Drs. Matera, Moomjy and Brown provide individualized gynecologic care to women of all ages, including those who require expert evaluation of gynecologic or endocrinologic disorders, as well as women seeking to maintain optimal health throughout the reproductive years and beyond. In addition to consultations and gynecologic examinations, services offered at Madison Women's Health & Fertility include onsite pelvic and transvaginal sonography, DEXA for bone density assessment, and hormonal testing, all in the comfort and privacy of our office.

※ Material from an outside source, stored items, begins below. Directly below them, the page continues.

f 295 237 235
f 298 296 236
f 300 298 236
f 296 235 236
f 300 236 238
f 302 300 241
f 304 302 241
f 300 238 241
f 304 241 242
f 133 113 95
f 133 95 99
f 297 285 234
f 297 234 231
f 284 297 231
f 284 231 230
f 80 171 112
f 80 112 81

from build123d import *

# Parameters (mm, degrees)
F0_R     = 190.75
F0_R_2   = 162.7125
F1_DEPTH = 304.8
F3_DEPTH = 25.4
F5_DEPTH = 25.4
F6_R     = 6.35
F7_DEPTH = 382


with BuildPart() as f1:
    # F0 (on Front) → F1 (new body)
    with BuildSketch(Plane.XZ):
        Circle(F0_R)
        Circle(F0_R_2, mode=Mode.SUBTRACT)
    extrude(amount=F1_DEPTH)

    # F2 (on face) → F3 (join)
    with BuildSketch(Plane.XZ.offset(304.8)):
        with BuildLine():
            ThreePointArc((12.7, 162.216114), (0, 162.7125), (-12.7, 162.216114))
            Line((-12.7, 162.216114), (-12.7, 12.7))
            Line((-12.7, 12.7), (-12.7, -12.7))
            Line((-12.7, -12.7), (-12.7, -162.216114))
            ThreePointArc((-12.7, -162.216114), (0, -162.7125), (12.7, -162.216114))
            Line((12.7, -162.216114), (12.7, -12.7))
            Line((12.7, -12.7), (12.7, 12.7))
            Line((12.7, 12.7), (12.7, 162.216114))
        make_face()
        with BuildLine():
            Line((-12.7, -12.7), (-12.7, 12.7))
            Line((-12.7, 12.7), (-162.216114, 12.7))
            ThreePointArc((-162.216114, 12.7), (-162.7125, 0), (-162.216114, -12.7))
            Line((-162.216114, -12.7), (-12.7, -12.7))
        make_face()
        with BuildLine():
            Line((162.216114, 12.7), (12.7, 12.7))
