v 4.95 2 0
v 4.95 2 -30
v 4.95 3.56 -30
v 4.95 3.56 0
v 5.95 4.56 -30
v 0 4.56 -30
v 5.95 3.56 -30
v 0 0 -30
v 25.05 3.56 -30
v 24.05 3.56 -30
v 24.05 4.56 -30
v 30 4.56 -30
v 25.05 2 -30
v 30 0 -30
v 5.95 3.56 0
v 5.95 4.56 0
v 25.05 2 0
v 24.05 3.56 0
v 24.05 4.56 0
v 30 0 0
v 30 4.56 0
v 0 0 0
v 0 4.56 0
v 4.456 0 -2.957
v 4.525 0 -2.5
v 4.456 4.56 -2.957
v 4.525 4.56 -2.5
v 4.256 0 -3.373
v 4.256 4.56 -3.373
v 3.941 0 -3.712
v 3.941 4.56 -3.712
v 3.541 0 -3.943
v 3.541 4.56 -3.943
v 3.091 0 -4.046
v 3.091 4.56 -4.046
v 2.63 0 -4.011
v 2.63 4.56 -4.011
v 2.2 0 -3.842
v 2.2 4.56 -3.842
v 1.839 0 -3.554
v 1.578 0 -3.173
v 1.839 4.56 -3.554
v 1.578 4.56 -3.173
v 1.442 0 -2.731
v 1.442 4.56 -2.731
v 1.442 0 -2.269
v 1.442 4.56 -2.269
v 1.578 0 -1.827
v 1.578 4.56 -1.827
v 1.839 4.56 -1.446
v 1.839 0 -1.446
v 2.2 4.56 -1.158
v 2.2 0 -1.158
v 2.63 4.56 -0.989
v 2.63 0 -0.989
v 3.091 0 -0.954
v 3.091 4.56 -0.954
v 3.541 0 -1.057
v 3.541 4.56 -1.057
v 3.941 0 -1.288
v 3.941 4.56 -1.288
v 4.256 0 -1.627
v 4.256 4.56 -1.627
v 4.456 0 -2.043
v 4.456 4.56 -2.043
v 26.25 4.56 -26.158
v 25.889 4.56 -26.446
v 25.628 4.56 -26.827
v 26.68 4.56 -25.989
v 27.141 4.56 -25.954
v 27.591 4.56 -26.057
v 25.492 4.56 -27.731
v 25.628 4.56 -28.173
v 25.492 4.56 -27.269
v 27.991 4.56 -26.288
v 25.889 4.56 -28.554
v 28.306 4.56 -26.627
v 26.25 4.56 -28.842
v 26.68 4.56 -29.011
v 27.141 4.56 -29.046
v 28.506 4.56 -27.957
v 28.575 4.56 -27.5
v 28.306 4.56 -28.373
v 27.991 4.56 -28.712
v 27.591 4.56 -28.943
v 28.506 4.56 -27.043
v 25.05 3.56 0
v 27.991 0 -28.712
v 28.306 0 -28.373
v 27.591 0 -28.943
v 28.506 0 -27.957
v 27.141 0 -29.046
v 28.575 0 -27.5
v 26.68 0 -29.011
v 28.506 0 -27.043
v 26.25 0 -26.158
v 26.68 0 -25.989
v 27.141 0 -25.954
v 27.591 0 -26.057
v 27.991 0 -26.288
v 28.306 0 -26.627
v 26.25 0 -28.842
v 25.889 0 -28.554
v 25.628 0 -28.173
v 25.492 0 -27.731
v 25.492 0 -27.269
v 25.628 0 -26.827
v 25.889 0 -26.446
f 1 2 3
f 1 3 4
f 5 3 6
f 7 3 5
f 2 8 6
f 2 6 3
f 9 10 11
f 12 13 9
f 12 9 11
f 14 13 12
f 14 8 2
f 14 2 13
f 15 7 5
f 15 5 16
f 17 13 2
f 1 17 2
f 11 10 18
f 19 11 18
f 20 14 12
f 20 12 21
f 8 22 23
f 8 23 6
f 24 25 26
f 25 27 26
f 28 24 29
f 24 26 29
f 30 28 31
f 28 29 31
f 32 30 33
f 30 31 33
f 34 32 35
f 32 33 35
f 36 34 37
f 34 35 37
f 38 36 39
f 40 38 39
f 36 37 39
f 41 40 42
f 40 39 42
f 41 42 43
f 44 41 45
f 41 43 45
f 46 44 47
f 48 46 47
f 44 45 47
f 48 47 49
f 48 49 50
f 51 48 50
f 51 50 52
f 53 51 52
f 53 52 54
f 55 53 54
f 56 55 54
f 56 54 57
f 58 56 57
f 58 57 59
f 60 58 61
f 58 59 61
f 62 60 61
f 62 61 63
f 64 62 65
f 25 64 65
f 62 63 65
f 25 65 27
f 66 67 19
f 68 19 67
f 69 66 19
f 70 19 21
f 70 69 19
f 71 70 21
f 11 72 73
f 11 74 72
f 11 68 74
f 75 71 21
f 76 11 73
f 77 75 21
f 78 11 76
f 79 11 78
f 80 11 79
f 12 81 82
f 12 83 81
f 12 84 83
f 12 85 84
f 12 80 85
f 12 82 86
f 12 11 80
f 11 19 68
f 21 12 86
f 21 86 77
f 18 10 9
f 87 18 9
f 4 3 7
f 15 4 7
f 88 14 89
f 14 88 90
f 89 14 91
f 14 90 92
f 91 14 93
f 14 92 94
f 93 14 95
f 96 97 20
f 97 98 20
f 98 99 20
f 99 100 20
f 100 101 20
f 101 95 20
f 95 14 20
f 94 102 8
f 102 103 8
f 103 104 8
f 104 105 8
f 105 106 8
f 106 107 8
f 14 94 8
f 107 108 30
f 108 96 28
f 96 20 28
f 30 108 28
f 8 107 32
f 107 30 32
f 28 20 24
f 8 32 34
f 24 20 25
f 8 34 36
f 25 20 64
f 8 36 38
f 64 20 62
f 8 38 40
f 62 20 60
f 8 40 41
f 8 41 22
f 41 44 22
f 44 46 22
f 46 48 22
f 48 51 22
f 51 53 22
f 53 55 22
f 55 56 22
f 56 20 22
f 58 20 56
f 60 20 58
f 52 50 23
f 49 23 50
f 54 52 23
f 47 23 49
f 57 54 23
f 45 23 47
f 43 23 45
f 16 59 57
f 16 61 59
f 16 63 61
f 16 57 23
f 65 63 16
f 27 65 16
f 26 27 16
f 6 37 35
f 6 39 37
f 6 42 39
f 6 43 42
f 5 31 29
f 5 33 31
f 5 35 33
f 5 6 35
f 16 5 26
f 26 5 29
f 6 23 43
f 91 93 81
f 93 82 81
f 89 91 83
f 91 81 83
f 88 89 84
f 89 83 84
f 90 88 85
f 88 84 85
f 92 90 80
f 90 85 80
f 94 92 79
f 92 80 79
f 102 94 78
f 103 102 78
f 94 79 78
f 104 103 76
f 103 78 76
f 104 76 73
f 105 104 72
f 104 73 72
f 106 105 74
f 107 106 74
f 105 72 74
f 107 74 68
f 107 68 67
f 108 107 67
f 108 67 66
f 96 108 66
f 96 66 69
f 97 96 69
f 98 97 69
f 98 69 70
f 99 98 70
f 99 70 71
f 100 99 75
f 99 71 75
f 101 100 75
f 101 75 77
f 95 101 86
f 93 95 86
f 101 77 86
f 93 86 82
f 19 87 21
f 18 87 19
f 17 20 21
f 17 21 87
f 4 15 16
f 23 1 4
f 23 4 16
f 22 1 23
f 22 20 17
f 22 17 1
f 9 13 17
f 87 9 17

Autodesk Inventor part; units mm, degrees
ref_plane "YZ Plane" through (0, 0, 0) normal (1, 0, 0) x (0, 1, 0)
ref_plane "XZ Plane" through (0, 0, 0) normal (0, 1, 0) x (-1, 0, 0)
ref_plane "XY Plane" through (0, 0, 0) normal (0, 0, 1) x (1, 0, 0)
sketch "Sketch1" plane through (0, 0, 0) normal (0, 1, 0) x (-1, 0, 0)
  line L0 (0, 0) -> (0, -30)
  line L1 (0, -30) -> (-30, -30)
  line L2 (-30, -30) -> (-30, 0)
  line L3 (-30, 0) -> (0, 0)
  dimension "d0" = 30
  dimension "d1" = 30
extrude "Extrusion1" add sketch "Sketch1" along normal blind 2
sketch "Sketch2" plane through (0, 2, 0) normal (0, 1, 0) x (1, 0, 0)
  line L0 (0, 30) -> (0, 0) projected
  line L1 (25.05, 0) -> (30, 0)
  line L2 (30, 0) -> (30, 30) projected
  line L3 (30, 0) -> (30, 30)
  line L4 (30, 30) -> (25.05, 30)
  line L5 (25.05, 30) -> (25.05, 0)
  line L6 (30, 0) -> (30, 30)
  line L7 (0, 0) -> (30, 0) projected
  line L8 (30, 30) -> (0, 30) projected
  line L9 (4.95, 0) -> (0, 0)
  line L10 (0, 0) -> (0, 30)
  line L11 (0, 30) -> (4.95, 30)
  line L12 (4.95, 30) -> (4.95, 0)
  point P0 (4.95, 0)
extrude "Extrusion2" add sketch "Sketch2" along normal blind 1.56 contours L8 L12 L7 L0 | L4 L2 L1 L5
sketch "Sketch3" plane through (0, 3.56, 0) normal (0, 1, 0) x (1, 0, 0)
  line L0 (0, 30) -> (0, 0) projected
  line L1 (0, 0) -> (0, 30)
  line L2 (0, 30) -> (5.95, 30)
  line L3 (5.95, 30) -> (5.95, 0)
  line L4 (5.95, 0) -> (0, 0)
  line L5 (4.95, 0) -> (25.05, 0) projected
  line L6 (25.05, 30) -> (4.95, 30) projected
  line L7 (30, 30) -> (30, 0)
  line L8 (30, 0) -> (30, 30)
  line L9 (30, 30) -> (24.05, 30)
  line L10 (24.05, 30) -> (24.05, 0)
  line L11 (24.05, 0) -> (30, 0)
  point P0 (24.05, 0)
  dimension "d8" = 30
  dimension "d9" = 5.95
extrude "Extrusion3" add sketch "Sketch3" along normal blind 1 contours L2 L3 L4 L0 | L6 L9 L7 L11 L5 L10
sketch "Sketch5" plane through (0, 4.56, 0) normal (0, 1, 0) x (1, 0, 0)
  circle A0 centre (2.975, 2.5) radius 1.55
  circle A1 centre (27.025, 27.5) radius 1.55
  line L0 (30, 30) -> (24.05, 30) projected
  line L1 (30, 0) -> (30, 30) projected
  line L2 (0, 30) -> (0, 0) projected
  line L3 (0, 0) -> (5.95, 0) projected
  dimension "d13" = 3.1
  dimension "d14" = 3.1
  dimension "d15" = 2.5
  dimension "d16" = 2.975
  dimension "d18" = 2.975
  dimension "d19" = 2.5
extrude "Extrusion4" cut sketch "Sketch5" against normal blind 10
sketch "Sketch6" plane through (0, 2, 0) normal (0, 1, 0) x (1, 0, 0)
  circle A0 centre (27.025, 27.5) radius 1.55 projected
  point P0 (0, 0)
properties part number "rplidar_adapter_board_holder" material "PET Plastic"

Conditions we specialize in treating include:

Gynecologic and Reproductive Endocrine Services:

Surgical Procedures:

PCOS (polycystic ovary syndrome): PCOS is a common condition which generally is associated with irregular menstruation, symptoms associated with excess androgens (male hormones) and a polycystic appearance to the ovaries by sonography. Symptoms associated with excess androgens may include hirsutism (unwanted hair growth), acne, and alopecia (thinning hair). Many women with PCOS tend to easily gain weight or are obese, and PCOS is often associated with insulin resistance and an increased risk of diabetes. A combination of genetic and environmental factors contribute to cause or exacerbate PCOS. We offer a variety of medical treatments for women with PCOS and related conditions; medications such as Glucophage (metformin), birth control pills, and spironolactone may be used individually or in combination depending on a particular woman's needs. We also offer counseling to encourage women to make lifestyle changes that can help them stay healthy throughout their lives and better control their symptoms through proper diet and exercise. Another goal is to help our PCOS patients plan ahead when future pregnancy is desired by tailoring their treatments to maximize future fertility.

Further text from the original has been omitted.